From: Bob Badour <bbadour_at_pei.sympatico.ca>
Date: Sun, 22 Apr 2007 17:33:00 GMT
Message-ID: <g%MWh.26985$PV3.280233_at_ursa-nb00s0.nbnet.nb.ca>


paul c wrote:

> Bob Badour wrote:
>

>> ...
>> Consider base relations you would likely find familiar with an Invoice 
>> relation, an InvoiceItem relation, and a foreign key reference from 
>> InvoiceItem to Invoice.
>>
>> In the first case, consider application views that essentially mirror 
>> the base relations. If someone tries to delete an invoice while 
>> invoice items remain, the dbms will balk with an error due to the 
>> foreign key constraint.
>>
>> In a second case, consider an application view that groups the invoice 
>> items as an RVA of each invoice. If one deletes an invoice, one 
>> deletes the invoice items at the same time and the dbms will not balk.
>> ...

>
> (Haven't thought of a reply to the rest of the post yet but regarding
> the above, I must bring up a sidetrack even though I don't understand it
> - I believe some people say that you shouldn't delete from such a view,
> assuming it is defined by using join.
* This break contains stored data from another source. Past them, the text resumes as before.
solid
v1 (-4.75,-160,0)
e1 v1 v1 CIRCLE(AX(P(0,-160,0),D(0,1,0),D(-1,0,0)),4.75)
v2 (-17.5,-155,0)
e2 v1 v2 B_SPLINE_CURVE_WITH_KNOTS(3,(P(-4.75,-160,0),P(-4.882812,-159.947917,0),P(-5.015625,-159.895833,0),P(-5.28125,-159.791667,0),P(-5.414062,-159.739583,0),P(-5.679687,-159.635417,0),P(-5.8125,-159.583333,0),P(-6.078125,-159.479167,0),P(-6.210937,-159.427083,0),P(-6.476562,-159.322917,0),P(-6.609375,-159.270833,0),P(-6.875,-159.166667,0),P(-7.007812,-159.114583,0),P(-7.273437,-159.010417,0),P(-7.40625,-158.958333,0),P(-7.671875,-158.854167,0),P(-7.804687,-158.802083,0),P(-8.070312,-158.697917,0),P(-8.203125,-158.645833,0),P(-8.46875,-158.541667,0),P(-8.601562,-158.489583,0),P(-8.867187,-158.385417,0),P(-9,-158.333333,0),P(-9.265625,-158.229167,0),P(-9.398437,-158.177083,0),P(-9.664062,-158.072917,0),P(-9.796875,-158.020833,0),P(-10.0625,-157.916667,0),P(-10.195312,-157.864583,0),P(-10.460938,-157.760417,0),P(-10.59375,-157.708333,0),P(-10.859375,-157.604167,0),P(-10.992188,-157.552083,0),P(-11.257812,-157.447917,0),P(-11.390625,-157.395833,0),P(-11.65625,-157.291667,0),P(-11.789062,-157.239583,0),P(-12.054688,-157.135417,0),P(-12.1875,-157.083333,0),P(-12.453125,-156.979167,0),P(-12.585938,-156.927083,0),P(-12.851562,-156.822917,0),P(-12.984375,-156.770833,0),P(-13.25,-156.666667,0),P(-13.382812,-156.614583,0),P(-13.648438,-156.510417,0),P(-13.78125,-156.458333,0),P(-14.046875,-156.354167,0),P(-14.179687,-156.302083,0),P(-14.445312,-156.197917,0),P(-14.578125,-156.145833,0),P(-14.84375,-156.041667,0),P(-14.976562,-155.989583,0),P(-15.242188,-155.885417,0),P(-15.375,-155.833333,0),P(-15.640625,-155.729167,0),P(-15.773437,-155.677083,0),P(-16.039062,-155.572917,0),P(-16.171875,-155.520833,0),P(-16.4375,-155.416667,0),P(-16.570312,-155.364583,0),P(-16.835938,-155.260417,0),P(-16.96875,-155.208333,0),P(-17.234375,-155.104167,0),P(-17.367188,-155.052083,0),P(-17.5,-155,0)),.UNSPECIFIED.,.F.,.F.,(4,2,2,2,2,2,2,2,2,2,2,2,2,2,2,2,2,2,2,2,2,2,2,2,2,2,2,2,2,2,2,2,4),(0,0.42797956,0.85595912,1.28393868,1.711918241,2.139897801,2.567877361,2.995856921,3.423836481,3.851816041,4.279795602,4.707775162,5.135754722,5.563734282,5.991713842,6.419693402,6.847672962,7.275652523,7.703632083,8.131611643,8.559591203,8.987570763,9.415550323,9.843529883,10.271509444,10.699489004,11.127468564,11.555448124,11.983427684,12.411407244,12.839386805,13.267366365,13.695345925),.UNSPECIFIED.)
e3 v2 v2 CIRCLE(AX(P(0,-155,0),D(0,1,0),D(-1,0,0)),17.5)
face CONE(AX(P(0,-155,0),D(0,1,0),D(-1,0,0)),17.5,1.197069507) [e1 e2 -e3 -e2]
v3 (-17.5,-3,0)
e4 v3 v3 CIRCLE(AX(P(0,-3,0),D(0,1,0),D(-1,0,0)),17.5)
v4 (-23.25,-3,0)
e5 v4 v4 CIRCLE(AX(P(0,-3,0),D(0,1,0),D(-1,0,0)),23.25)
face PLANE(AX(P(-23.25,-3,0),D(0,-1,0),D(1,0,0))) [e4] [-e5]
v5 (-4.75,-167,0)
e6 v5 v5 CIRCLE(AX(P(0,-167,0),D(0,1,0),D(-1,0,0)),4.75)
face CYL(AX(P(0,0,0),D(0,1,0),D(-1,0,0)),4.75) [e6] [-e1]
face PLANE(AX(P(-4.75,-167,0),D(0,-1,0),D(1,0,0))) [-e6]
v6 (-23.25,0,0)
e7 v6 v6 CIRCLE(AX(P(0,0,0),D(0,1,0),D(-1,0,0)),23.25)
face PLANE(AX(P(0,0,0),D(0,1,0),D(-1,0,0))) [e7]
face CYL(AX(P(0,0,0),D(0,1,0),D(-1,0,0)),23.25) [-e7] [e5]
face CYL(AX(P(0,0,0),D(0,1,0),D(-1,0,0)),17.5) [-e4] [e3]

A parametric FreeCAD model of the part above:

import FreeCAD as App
import Part
import Sketcher


def add_polygon(sketch, points):
    """Adds a closed chain of lines whose ends are joined by coincident constraints."""
    first, n = sketch.GeometryCount, len(points)
    for a, b in zip(points, points[1:] + points[:1]):
        sketch.addGeometry(Part.LineSegment(App.Vector(*a, 0), App.Vector(*b, 0)), False)
    for i in range(n):
        sketch.addConstraint(Sketcher.Constraint("Coincident", first + i, 2, first + (i + 1) % n, 1))

doc = App.newDocument("Part")
params = doc.addObject("Spreadsheet::Sheet", "Params")
for row, (alias, value) in enumerate([
    ("sketch1_height", "3 mm"),
    ("sketch1_height2", "152 mm"),
    ("sketch1_height3", "7 mm"),
    ("sketch1_height4", "167 mm"),
    ("sketch1_width", "23.25 mm"),
    ("revolution_angle", "360 deg"),
], start=1):
    params.set(f"A{row}", alias)
    params.set(f"B{row}", "=" + value)
    params.setAlias(f"B{row}", alias)

body = doc.addObject("PartDesign::Body", "Body")

# Sketch on XY plane
sketch1 = doc.addObject("Sketcher::SketchObject", "Sketch")
body.addObject(sketch1)
sketch1.AttachmentSupport = (doc.XY_Plane, [""])
sketch1.MapMode = "FlatFace"
add_polygon(sketch1, [(0, 0), (-23.25, 0), (-23.25, -3), (-17.5, -3), (-17.5, -155), (-4.75, -160), (-4.75, -167), (0, -167)])  # lines 0-7
sketch1.addConstraint([
    Sketcher.Constraint("Horizontal", 0),
    Sketcher.Constraint("Vertical", 1),
    Sketcher.Constraint("Horizontal", 2),
    Sketcher.Constraint("Vertical", 3),
    Sketcher.Constraint("Vertical", 5),
    Sketcher.Constraint("Horizontal", 6),
    Sketcher.Constraint("Vertical", 7),
    Sketcher.Constraint("Coincident", 7, 2, -1, 1),
    Sketcher.Constraint("DistanceY", 1, 2, 1, 1, 3.0),
    Sketcher.Constraint("DistanceY", 3, 2, 3, 1, 152.0),
    Sketcher.Constraint("DistanceY", 5, 2, 5, 1, 7.0),
    Sketcher.Constraint("DistanceY", 7, 1, 7, 2, 167.0),
    Sketcher.Constraint("DistanceX", 0, 2, 0, 1, 23.25),
    Sketcher.Constraint("DistanceX", 2, 1, 2, 2, 5.75),
    Sketcher.Constraint("DistanceX", 6, 1, 6, 2, 4.75),
])
sketch1.setExpression("Constraints[16]", "Params.sketch1_height")
sketch1.setExpression("Constraints[17]", "Params.sketch1_height2")
sketch1.setExpression("Constraints[18]", "Params.sketch1_height3")
sketch1.setExpression("Constraints[19]", "Params.sketch1_height4")
sketch1.setExpression("Constraints[20]", "Params.sketch1_width")
revolution = doc.addObject("PartDesign::Revolution", "Revolution")
body.addObject(revolution)
revolution.Profile = sketch1
revolution.ReferenceAxis = (sketch1, ["V_Axis"])
revolution.setExpression("Angle", "Params.revolution_angle")

doc.recompute()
I gather their reason is that
> there isn't just one set of changes to the base tables that will falsify
> the tuples in the view, eg., it would be enough to delete just the base
> invoice items and not the base invoices to make the view empty and they
> would like a logical reason for that decision compared to deleting from
> both base tables or vice-versa.)

I look at that and ask: Is the join theoretically updatable? And I answer with: "Yes, not only is it updatable but we have our choice of update strategies."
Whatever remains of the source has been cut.